Friday, October 1, 2010

Days 33-38

I’ve gotten so behind on the blog because 1) I really wasn’t able to get out and walk this week due to forgotten homework, volunteer work and yes, laziness. 2) my internet being out for five days 3) So many thoughts buzzing around my head that it was better that I left my hands off the key board …. I’ll leave you with these words of insanity as a make-up.

Have I ever told you that I hate running “straight-aways?” You know, races or parts of races where you can see the path out in front of you “running straight out to the skyline.” I hate them. It almost feels like an extra 20 lbs was added to your already heavy load because you know how far you have to go and the road (or track) seems to be getting longer and longer.

I prefer running the curves. It just seems easier when there is something obscuring your view or you have to concentrate on staying in your lane. In high school, I ran the mile relay, the 800m dash and my main event was the 400m dash. Anything to avoid running something without a curve on it. The straight-aways were hard, but for some reason the curves were easy to run. I was always able to find my groove there. If I was behind in a race, that would be where my adrenaline would kick in and I’d be able to push myself forward. (Remind me some day and I’ll tell you about the first and only individual race I ever won.)

But now day’s things are different. When I was younger it was easier not to know what the next thing was around the corner. Life was fun and exciting and even though I was nervous about the future, the mystery of what lay ahead was what life was all about. It was okay to take chances because hey, we were only making decisions that would effect the rest of our lives. Life was full of “curves” and that all right.

I’m older now and in real life, I still hate straight-aways, the running ones (I mean). I don’t mind living them. As I’ve gotten older, I’ve come to realize that I like knowing where the next paycheck is going to be coming from and what the next crisis will be before it falls in my lap like a dirty shirt. I like knowing that my children will be safe spiritually because we’re reading the scriptures as a family and including family prayer time in our day. I love knowing that my husband will be coming home to us every night and not having to worry that one day he might not show up because of infidelity or some other problem in our marriage. I love having faith in the concrete aspects of my life and knowing that even though I will have “curves” in my life, the gospel helps those “curves” bend back into shape a little sooner than they would be otherwise. It takes the worry out of what might be hiding in the shadows ahead.

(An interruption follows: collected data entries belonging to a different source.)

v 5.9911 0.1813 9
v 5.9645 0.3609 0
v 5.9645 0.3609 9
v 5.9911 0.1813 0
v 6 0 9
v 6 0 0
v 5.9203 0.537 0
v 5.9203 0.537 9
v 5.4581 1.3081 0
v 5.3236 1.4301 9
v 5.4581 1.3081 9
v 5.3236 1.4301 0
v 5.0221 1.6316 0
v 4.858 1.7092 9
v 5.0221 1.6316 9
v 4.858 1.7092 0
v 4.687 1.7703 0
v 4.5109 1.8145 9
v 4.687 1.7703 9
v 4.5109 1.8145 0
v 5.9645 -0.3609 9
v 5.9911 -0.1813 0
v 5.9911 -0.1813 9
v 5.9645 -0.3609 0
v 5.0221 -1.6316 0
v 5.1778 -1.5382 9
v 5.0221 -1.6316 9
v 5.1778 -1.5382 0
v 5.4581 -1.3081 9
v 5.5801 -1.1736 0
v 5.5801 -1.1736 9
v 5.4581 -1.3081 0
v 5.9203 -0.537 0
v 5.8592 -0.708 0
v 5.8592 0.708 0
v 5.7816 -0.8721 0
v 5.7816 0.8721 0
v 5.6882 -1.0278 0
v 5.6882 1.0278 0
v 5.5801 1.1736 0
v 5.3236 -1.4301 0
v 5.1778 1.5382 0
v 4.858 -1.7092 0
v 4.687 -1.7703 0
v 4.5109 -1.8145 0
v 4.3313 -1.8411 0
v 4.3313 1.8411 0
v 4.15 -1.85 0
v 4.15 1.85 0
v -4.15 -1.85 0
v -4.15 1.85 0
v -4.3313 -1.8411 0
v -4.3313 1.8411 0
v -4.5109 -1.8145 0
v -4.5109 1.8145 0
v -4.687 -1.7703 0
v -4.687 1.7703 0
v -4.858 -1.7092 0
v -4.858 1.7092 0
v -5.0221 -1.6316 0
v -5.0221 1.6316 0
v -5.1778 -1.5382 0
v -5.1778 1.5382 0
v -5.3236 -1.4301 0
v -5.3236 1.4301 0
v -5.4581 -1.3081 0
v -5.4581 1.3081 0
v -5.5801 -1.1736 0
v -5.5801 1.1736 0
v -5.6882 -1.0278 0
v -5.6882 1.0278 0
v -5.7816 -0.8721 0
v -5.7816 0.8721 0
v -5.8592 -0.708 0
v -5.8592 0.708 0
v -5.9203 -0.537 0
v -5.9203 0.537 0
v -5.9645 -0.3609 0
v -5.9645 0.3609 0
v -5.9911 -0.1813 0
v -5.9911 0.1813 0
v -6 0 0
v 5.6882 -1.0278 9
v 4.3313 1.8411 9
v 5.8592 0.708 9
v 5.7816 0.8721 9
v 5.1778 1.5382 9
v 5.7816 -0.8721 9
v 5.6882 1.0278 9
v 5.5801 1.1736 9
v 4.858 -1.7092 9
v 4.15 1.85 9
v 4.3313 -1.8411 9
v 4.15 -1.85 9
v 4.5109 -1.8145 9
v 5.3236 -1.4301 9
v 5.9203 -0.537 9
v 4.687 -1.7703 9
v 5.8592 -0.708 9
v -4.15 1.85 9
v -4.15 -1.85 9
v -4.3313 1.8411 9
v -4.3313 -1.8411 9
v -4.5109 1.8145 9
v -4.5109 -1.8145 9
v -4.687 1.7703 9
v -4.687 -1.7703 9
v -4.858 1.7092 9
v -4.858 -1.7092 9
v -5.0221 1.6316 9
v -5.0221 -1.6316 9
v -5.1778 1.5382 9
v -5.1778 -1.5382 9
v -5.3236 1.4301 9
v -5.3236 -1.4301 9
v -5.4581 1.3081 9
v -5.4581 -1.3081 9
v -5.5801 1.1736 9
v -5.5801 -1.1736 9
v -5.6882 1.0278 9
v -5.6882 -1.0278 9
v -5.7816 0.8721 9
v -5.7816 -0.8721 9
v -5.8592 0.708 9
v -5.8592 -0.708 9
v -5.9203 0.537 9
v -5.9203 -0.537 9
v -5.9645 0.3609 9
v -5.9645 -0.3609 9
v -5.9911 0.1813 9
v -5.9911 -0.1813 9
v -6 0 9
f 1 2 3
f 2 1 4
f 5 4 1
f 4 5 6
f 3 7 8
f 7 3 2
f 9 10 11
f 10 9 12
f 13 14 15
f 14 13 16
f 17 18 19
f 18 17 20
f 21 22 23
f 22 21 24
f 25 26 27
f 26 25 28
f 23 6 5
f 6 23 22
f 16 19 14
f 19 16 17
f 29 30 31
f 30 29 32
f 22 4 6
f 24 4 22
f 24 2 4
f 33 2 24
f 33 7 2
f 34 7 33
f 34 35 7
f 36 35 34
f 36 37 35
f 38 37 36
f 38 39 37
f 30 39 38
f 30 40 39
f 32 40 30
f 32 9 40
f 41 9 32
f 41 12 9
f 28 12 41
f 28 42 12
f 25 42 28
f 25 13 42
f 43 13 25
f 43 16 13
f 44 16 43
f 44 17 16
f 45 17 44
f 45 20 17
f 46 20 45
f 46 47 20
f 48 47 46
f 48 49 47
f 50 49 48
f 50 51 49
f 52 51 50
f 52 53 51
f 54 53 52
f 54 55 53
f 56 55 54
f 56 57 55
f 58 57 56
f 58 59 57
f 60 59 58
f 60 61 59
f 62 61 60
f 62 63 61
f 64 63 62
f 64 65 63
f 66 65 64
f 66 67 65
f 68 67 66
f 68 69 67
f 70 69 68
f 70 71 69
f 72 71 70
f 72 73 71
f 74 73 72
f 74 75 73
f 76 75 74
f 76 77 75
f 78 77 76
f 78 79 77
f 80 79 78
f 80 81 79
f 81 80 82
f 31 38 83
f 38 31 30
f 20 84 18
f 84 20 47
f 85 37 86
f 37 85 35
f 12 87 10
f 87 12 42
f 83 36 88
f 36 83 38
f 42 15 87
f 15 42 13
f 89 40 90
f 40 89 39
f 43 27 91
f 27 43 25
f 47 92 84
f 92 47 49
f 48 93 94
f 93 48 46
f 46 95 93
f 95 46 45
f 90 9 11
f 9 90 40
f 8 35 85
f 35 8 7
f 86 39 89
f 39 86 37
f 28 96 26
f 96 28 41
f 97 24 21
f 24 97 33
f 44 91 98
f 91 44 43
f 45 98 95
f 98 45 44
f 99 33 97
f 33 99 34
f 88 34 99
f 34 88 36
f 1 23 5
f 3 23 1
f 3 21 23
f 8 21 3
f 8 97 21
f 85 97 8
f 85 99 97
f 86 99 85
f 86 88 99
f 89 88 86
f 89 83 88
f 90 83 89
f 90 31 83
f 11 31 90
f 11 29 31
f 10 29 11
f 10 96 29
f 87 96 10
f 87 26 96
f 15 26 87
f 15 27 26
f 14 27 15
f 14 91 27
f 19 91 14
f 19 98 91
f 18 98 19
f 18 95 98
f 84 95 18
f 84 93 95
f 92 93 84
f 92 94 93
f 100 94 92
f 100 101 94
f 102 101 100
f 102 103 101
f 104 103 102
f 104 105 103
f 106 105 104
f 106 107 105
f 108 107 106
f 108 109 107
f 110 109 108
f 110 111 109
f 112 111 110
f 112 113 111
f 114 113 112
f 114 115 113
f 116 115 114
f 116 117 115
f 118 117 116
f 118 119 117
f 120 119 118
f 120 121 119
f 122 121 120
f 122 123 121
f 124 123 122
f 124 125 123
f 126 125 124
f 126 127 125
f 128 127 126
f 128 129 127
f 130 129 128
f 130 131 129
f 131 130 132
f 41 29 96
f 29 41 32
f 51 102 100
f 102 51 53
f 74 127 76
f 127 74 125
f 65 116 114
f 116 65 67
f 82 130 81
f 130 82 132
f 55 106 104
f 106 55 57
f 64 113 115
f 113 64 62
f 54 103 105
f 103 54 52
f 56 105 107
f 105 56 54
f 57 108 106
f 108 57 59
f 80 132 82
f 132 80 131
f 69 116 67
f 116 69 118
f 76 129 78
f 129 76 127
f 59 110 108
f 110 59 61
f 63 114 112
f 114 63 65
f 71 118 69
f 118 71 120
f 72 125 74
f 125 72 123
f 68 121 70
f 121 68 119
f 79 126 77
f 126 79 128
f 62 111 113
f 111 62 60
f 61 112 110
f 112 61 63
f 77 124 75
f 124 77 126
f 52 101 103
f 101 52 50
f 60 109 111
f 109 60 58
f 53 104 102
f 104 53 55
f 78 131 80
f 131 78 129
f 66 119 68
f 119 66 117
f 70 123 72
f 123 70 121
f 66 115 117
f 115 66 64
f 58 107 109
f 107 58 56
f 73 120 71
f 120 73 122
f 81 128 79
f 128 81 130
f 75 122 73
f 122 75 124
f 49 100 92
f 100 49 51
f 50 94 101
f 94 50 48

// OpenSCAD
twidth=3.7;
tlength=12;
theight=9;

toffset = tlength / 2 - twidth / 2;
// M6
translate([+toffset,0,0]) cylinder(d=twidth, h=theight, $fn=64);
translate([-toffset,0,0]) cylinder(d=twidth, h=theight, $fn=64);
//#cube([0, offset*2, height], true);


translate([-toffset,- twidth / 2,0]) cube([toffset*2,twidth,theight]);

So in the end I’ll keep running and wogging and walking and hobbling through this marathon, but in the end of that “race” we call life, I know that I’ll be glad that I finished it with my family beside me and a smile on my face.

As for the daily marathon, today I did 5.85 miles in about 1 hour 28 minutes. I finally was able to donate blood platelets yesterday (after having to run and get a burger because I was .4pts too low at my first attempt that morning). I was worried about how I would feel today, but I feel great. The scale still doesn’t like me, but I don’t remember saying I ever liked it so I guess we’re just going to have to have that kind of relationship. At my last weigh-in I was 162. Five pounds. Not bad for 8 weeks work (Ugh.) Where's Jillian Michaels when I need her?